• _Problem to solve_
Scan the records below for the line containing "#147=EDGE_CURVE('',#143,#143,#146,.T.);" and the line containing "#204=CARTESIAN_POINT('',(54.,85.,12.));". Copy both, plus every line between, exactly.

Stored items:
______________________________

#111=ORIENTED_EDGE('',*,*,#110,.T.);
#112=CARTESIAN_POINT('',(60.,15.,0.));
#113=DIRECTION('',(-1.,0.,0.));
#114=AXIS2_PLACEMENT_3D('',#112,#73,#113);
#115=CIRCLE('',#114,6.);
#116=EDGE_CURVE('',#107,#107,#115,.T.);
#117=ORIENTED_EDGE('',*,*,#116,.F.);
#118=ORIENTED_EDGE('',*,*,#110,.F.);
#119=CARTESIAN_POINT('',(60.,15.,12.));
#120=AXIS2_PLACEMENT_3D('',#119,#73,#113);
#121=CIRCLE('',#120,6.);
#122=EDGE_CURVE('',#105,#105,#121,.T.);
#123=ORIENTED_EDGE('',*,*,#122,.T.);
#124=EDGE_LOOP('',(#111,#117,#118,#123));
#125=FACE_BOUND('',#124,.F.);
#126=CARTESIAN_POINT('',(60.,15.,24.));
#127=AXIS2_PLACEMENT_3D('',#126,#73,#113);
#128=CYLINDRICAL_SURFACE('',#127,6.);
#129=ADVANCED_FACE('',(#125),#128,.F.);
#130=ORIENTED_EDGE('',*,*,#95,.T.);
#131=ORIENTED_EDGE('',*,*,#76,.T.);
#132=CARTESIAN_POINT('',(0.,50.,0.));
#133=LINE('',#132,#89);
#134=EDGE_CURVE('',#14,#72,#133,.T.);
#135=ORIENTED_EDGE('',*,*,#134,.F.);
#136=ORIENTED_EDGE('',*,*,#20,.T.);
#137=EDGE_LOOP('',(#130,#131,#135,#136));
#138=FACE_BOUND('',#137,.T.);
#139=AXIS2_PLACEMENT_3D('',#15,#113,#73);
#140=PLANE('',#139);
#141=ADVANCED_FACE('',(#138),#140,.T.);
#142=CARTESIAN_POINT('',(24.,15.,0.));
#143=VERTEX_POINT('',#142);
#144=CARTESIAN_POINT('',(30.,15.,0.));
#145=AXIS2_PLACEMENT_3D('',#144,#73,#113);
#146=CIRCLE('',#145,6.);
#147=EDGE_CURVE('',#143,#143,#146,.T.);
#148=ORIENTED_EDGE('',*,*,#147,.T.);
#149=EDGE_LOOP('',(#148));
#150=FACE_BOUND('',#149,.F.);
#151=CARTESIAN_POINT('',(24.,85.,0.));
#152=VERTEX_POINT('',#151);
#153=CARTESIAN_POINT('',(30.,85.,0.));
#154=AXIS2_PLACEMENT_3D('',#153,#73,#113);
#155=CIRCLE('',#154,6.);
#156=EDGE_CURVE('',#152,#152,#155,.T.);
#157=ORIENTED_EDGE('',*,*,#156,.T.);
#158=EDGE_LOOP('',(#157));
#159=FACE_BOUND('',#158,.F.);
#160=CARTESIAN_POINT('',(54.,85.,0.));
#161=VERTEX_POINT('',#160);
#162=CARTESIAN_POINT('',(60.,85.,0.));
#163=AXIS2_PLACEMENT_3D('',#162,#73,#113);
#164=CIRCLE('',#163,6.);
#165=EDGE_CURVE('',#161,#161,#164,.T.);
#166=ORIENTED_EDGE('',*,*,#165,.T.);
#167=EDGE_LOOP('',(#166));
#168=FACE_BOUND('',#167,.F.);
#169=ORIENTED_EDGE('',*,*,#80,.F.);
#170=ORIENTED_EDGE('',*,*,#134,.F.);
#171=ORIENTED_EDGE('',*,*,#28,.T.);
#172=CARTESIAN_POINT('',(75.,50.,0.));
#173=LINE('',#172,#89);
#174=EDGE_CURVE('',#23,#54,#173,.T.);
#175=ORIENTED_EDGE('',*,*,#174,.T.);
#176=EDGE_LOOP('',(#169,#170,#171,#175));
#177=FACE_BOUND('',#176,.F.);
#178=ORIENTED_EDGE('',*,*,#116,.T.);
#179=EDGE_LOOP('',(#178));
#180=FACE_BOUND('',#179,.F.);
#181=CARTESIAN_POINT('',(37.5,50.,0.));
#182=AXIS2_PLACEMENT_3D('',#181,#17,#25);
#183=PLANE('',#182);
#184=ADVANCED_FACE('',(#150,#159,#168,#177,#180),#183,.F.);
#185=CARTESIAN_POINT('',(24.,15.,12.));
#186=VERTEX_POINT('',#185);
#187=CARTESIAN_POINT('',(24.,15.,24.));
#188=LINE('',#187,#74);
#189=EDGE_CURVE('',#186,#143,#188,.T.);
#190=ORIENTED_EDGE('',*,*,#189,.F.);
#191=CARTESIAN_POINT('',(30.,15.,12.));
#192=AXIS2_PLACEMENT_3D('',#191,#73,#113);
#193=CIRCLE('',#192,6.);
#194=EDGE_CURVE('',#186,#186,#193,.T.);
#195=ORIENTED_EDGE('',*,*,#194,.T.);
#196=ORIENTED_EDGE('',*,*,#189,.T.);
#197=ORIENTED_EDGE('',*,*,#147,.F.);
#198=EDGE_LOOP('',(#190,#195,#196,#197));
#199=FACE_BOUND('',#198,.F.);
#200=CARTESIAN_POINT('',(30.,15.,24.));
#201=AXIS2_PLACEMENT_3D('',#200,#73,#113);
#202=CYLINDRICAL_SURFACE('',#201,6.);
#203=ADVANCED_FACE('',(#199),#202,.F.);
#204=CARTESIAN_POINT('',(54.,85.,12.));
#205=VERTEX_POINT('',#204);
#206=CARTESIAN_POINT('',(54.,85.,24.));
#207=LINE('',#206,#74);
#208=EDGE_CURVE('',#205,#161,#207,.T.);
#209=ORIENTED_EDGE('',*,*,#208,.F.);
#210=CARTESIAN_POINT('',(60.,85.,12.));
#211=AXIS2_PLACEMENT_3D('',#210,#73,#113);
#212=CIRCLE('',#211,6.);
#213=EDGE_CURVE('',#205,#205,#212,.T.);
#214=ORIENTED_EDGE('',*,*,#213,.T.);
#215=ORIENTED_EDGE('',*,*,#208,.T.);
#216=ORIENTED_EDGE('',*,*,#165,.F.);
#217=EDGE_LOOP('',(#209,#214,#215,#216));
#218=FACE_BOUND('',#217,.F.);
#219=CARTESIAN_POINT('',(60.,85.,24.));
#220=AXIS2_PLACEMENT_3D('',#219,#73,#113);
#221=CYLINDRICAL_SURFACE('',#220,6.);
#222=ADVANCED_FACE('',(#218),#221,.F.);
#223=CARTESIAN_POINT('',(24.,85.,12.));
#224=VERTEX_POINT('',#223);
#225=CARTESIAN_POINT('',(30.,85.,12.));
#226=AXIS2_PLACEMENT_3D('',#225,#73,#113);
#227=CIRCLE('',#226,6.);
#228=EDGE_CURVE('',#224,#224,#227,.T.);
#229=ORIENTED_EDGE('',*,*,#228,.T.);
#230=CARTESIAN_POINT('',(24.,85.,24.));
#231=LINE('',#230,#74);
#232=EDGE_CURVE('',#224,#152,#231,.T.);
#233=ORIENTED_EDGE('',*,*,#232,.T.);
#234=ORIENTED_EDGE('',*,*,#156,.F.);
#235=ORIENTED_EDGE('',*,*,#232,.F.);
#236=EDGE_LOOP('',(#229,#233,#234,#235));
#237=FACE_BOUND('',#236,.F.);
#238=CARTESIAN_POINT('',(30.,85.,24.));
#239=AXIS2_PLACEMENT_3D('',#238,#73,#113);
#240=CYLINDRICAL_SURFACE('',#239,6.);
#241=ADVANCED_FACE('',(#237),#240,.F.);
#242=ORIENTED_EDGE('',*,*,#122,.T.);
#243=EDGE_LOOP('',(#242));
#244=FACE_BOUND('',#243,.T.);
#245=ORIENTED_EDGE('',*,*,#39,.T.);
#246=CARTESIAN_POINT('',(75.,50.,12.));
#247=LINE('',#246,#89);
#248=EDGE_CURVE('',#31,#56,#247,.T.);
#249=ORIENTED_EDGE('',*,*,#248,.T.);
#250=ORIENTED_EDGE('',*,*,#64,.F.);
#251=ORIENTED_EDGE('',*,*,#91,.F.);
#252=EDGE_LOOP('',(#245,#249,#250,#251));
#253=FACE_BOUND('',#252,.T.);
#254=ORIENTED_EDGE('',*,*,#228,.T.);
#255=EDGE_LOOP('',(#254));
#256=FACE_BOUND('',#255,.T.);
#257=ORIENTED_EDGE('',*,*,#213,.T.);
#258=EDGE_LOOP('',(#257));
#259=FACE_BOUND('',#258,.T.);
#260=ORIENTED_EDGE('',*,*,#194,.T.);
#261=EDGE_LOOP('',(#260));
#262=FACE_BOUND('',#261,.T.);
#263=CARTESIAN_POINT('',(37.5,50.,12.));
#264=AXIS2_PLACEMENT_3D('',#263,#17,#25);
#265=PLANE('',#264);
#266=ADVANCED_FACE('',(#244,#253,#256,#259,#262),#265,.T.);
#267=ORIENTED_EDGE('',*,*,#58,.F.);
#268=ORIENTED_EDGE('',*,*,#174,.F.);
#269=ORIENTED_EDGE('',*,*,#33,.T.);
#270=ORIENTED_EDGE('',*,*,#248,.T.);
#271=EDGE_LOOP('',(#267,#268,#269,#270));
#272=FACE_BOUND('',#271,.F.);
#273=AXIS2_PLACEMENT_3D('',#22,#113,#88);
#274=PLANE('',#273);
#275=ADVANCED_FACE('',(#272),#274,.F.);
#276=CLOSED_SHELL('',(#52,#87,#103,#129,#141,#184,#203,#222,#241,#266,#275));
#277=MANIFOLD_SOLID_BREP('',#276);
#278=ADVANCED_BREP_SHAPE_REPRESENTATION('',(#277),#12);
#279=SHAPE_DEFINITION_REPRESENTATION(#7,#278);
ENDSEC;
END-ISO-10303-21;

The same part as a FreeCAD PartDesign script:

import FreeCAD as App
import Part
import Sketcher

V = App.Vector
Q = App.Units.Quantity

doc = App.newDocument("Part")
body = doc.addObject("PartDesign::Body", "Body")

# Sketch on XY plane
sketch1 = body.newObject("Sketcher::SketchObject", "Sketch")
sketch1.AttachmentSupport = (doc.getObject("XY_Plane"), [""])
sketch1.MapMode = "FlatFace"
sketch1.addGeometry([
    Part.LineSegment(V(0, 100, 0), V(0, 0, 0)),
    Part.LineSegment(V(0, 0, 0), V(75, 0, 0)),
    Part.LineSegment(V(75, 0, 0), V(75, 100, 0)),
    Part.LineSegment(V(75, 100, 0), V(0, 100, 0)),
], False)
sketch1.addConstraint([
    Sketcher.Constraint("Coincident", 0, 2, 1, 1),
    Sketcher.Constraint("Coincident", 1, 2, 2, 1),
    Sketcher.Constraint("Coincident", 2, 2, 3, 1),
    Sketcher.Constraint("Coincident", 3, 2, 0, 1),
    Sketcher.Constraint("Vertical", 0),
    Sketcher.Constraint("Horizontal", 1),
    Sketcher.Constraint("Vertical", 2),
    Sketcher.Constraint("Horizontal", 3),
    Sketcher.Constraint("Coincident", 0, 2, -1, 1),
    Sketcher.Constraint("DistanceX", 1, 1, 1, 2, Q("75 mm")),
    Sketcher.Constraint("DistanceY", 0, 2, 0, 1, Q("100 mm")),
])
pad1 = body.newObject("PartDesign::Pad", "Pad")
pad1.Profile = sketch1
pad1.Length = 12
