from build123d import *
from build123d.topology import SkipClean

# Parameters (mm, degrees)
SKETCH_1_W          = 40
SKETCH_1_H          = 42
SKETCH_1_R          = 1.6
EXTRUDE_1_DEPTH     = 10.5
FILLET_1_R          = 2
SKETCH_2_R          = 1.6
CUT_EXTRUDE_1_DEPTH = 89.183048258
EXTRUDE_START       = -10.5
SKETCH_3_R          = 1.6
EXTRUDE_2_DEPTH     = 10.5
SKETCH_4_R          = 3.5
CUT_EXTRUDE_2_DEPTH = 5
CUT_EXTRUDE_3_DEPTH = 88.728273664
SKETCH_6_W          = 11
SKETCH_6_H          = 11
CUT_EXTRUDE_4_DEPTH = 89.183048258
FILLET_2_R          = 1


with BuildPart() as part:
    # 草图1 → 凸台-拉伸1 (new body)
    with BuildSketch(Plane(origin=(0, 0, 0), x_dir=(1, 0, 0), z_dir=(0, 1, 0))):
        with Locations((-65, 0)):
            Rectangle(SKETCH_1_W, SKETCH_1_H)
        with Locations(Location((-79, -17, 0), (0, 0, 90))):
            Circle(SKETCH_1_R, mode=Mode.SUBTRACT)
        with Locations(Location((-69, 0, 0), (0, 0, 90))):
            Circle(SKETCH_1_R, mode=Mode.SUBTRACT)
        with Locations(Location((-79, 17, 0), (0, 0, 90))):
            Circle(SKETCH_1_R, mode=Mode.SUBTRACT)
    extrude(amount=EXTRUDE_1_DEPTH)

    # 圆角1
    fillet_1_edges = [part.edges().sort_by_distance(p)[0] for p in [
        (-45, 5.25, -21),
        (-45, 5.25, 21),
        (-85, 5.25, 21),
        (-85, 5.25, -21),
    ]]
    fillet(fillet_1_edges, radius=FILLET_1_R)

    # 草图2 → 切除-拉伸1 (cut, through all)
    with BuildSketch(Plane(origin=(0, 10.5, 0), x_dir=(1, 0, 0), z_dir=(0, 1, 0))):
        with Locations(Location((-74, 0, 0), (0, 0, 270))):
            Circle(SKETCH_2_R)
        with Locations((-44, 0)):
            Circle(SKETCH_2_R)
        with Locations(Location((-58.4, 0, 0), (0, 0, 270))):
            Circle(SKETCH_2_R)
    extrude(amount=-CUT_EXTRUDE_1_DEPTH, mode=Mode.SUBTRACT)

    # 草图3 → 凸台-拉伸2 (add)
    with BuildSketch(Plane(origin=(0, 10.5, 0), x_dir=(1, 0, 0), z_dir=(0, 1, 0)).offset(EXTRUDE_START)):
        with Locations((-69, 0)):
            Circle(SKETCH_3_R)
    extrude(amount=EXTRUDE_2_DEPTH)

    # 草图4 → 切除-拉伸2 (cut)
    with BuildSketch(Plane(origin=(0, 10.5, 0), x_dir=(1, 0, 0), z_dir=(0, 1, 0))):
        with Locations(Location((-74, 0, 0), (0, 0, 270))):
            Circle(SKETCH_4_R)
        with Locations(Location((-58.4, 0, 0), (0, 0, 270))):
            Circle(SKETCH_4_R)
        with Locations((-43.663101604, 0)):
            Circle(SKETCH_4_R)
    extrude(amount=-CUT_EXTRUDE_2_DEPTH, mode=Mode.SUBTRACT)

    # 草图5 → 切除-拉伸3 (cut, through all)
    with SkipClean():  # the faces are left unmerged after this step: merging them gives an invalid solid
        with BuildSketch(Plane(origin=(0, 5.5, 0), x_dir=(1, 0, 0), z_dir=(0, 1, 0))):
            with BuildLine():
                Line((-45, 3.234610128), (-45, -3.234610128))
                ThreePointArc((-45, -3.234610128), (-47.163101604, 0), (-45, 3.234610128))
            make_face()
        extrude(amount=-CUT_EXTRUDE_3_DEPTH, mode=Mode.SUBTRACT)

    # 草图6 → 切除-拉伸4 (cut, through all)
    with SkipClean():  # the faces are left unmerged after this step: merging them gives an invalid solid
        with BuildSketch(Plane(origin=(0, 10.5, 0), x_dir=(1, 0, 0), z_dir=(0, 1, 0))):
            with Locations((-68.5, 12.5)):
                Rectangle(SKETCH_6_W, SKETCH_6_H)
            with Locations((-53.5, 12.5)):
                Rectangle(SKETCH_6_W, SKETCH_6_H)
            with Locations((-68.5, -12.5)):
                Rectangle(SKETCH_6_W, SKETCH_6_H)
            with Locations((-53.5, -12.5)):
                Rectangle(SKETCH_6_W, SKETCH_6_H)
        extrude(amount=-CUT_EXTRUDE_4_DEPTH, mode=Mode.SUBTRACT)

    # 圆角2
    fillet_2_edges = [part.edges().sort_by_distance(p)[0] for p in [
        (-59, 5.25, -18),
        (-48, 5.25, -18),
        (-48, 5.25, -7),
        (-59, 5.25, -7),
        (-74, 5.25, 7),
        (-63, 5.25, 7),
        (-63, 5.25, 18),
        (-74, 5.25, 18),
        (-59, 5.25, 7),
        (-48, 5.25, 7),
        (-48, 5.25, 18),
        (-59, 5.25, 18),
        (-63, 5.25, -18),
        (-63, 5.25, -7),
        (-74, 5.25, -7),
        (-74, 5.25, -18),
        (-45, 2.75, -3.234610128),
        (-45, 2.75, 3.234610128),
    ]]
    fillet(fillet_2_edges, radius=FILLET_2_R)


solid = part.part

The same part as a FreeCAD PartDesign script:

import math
import FreeCAD as App
import Part
import Sketcher
from FreeCAD import Vector


def edges_at(feature, points):
    """Names of the edges that pass closest to the given points."""
    edges = feature.Shape.Edges
    near = lambda p: min(range(len(edges)), key=lambda i: edges[i].distToShape(Part.Vertex(*p))[0])
    return sorted({f"Edge{near(p) + 1}" for p in points})

doc = App.newDocument("Part")
params = doc.addObject("Spreadsheet::Sheet", "Params")
for row, (alias, value) in enumerate([
    ("sketch1_diameter", "3.2 mm"),
    ("sketch1_width", "40 mm"),
    ("sketch1_height", "42 mm"),
    ("pad1_length", "10.5 mm"),
    ("fillet_radius", "2 mm"),
    ("sketch2_diameter", "3.2 mm"),
    ("sketch3_diameter", "3.2 mm"),
    ("pad2_length", "10.5 mm"),
    ("sketch4_diameter", "7 mm"),
    ("pocket2_length", "5 mm"),
    ("sketch5_radius", "3.5 mm"),
    ("sketch6_width", "11 mm"),
    ("fillet2_radius", "1 mm"),
], start=1):
    params.set(f"A{row}", alias)
    params.set(f"B{row}", "=" + value)
    params.setAlias(f"B{row}", alias)

body = doc.addObject("PartDesign::Body", "Body")

sketch1 = doc.addObject("Sketcher::SketchObject", "Sketch")
body.addObject(sketch1)
sketch1.AttachmentSupport = (doc.XZ_Plane, [""])
sketch1.MapMode = "FlatFace"
sketch1.addGeometry([
    Part.LineSegment(Vector(-85, -21, 0), Vector(-85, 21, 0)),
    Part.LineSegment(Vector(-85, 21, 0), Vector(-45, 21, 0)),
    Part.LineSegment(Vector(-45, 21, 0), Vector(-45, -21, 0)),
    Part.LineSegment(Vector(-45, -21, 0), Vector(-85, -21, 0)),
    Part.Circle(Vector(-79, 17, 0), Vector(0, 0, 1), 1.6),
    Part.Circle(Vector(-79, -17, 0), Vector(0, 0, 1), 1.6),
    Part.Circle(Vector(-69, 0, 0), Vector(0, 0, 1), 1.6),
], False)
sketch1.addConstraint([
    Sketcher.Constraint("Coincident", 0, 2, 1, 1),
    Sketcher.Constraint("Coincident", 1, 2, 2, 1),
    Sketcher.Constraint("Coincident", 2, 2, 3, 1),
    Sketcher.Constraint("Coincident", 3, 2, 0, 1),
    Sketcher.Constraint("Vertical", 0),
    Sketcher.Constraint("Horizontal", 1),
    Sketcher.Constraint("Vertical", 2),
    Sketcher.Constraint("Horizontal", 3),
    Sketcher.Constraint("Equal", 4, 5),
    Sketcher.Constraint("Equal", 5, 6),
    Sketcher.Constraint("Symmetric", 4, 3, 5, 3, -1),
    Sketcher.Constraint("PointOnObject", 6, 3, -1),
    Sketcher.Constraint("Diameter", 4, 3.2),
    Sketcher.Constraint("DistanceX", 1, 1, 1, 2, 40.0),
    Sketcher.Constraint("DistanceY", 0, 1, 0, 2, 42.0),
    Sketcher.Constraint("DistanceX", 4, 3, -1, 1, 79.0),
    Sketcher.Constraint("DistanceY", -1, 1, 4, 3, 17.0),
    Sketcher.Constraint("DistanceX", 6, 3, -1, 1, 69.0),
    Sketcher.Constraint("DistanceX", 0, 2, -1, 1, 85.0),
    Sketcher.Constraint("DistanceY", -1, 1, 0, 2, 21.0),
])
sketch1.setExpression("Constraints[12]", "Params.sketch1_diameter")
sketch1.setExpression("Constraints[13]", "Params.sketch1_width")
sketch1.setExpression("Constraints[14]", "Params.sketch1_height")
pad1 = doc.addObject("PartDesign::Pad", "Pad")
body.addObject(pad1)
pad1.Profile = sketch1
pad1.setExpression("Length", "Params.pad1_length")
pad1.Reversed = True
doc.recompute()

fillet = doc.addObject("PartDesign::Fillet", "Fillet")
body.addObject(fillet)
fillet.Base = (pad1, edges_at(pad1, [
    (-45, 5.25, -21),
    (-45, 5.25, 21),
    (-85, 5.25, 21),
    (-85, 5.25, -21),
]))
fillet.setExpression("Radius", "Params.fillet_radius")

sketch2 = doc.addObject("Sketcher::SketchObject", "Sketch001")
body.addObject(sketch2)
sketch2.AttachmentSupport = (doc.XZ_Plane, [""])
sketch2.MapMode = "FlatFace"
sketch2.AttachmentOffset = App.Placement(Vector(0, 0, -10.5), App.Rotation())
sketch2.addGeometry([
    Part.Circle(Vector(-74, 0, 0), Vector(0, 0, 1), 1.6),
    Part.Circle(Vector(-44, 0, 0), Vector(0, 0, 1), 1.6),
    Part.Circle(Vector(-58.4, 0, 0), Vector(0, 0, 1), 1.6),
], False)
sketch2.addConstraint([
    Sketcher.Constraint("Equal", 0, 1),
    Sketcher.Constraint("Equal", 1, 2),
    Sketcher.Constraint("PointOnObject", 0, 3, -1),
    Sketcher.Constraint("PointOnObject", 1, 3, -1),
    Sketcher.Constraint("PointOnObject", 2, 3, -1),
    Sketcher.Constraint("Diameter", 0, 3.2),
    Sketcher.Constraint("DistanceX", 0, 3, -1, 1, 74.0),
    Sketcher.Constraint("DistanceX", 1, 3, -1, 1, 44.0),
    Sketcher.Constraint("DistanceX", 2, 3, -1, 1, 58.4),
])
sketch2.setExpression("Constraints[5]", "Params.sketch2_diameter")
pocket1 = doc.addObject("PartDesign::Pocket", "Pocket")
body.addObject(pocket1)
pocket1.Profile = sketch2
pocket1.Type = "ThroughAll"
pocket1.Reversed = True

______________________________

• _Expected output_
#147=EDGE_CURVE('',#143,#143,#146,.T.);
#148=ORIENTED_EDGE('',*,*,#147,.T.);
#149=EDGE_LOOP('',(#148));
#150=FACE_BOUND('',#149,.F.);
#151=CARTESIAN_POINT('',(24.,85.,0.));
#152=VERTEX_POINT('',#151);
#153=CARTESIAN_POINT('',(30.,85.,0.));
#154=AXIS2_PLACEMENT_3D('',#153,#73,#113);
#155=CIRCLE('',#154,6.);
#156=EDGE_CURVE('',#152,#152,#155,.T.);
#157=ORIENTED_EDGE('',*,*,#156,.T.);
#158=EDGE_LOOP('',(#157));
#159=FACE_BOUND('',#158,.F.);
#160=CARTESIAN_POINT('',(54.,85.,0.));
#161=VERTEX_POINT('',#160);
#162=CARTESIAN_POINT('',(60.,85.,0.));
#163=AXIS2_PLACEMENT_3D('',#162,#73,#113);
#164=CIRCLE('',#163,6.);
#165=EDGE_CURVE('',#161,#161,#164,.T.);
#166=ORIENTED_EDGE('',*,*,#165,.T.);
#167=EDGE_LOOP('',(#166));
#168=FACE_BOUND('',#167,.F.);
#169=ORIENTED_EDGE('',*,*,#80,.F.);
#170=ORIENTED_EDGE('',*,*,#134,.F.);
#171=ORIENTED_EDGE('',*,*,#28,.T.);
#172=CARTESIAN_POINT('',(75.,50.,0.));
#173=LINE('',#172,#89);
#174=EDGE_CURVE('',#23,#54,#173,.T.);
#175=ORIENTED_EDGE('',*,*,#174,.T.);
#176=EDGE_LOOP('',(#169,#170,#171,#175));
#177=FACE_BOUND('',#176,.F.);
#178=ORIENTED_EDGE('',*,*,#116,.T.);
#179=EDGE_LOOP('',(#178));
#180=FACE_BOUND('',#179,.F.);
#181=CARTESIAN_POINT('',(37.5,50.,0.));
#182=AXIS2_PLACEMENT_3D('',#181,#17,#25);
#183=PLANE('',#182);
#184=ADVANCED_FACE('',(#150,#159,#168,#177,#180),#183,.F.);
#185=CARTESIAN_POINT('',(24.,15.,12.));
#186=VERTEX_POINT('',#185);
#187=CARTESIAN_POINT('',(24.,15.,24.));
#188=LINE('',#187,#74);
#189=EDGE_CURVE('',#186,#143,#188,.T.);
#190=ORIENTED_EDGE('',*,*,#189,.F.);
#191=CARTESIAN_POINT('',(30.,15.,12.));
#192=AXIS2_PLACEMENT_3D('',#191,#73,#113);
#193=CIRCLE('',#192,6.);
#194=EDGE_CURVE('',#186,#186,#193,.T.);
#195=ORIENTED_EDGE('',*,*,#194,.T.);
#196=ORIENTED_EDGE('',*,*,#189,.T.);
#197=ORIENTED_EDGE('',*,*,#147,.F.);
#198=EDGE_LOOP('',(#190,#195,#196,#197));
#199=FACE_BOUND('',#198,.F.);
#200=CARTESIAN_POINT('',(30.,15.,24.));
#201=AXIS2_PLACEMENT_3D('',#200,#73,#113);
#202=CYLINDRICAL_SURFACE('',#201,6.);
#203=ADVANCED_FACE('',(#199),#202,.F.);
#204=CARTESIAN_POINT('',(54.,85.,12.));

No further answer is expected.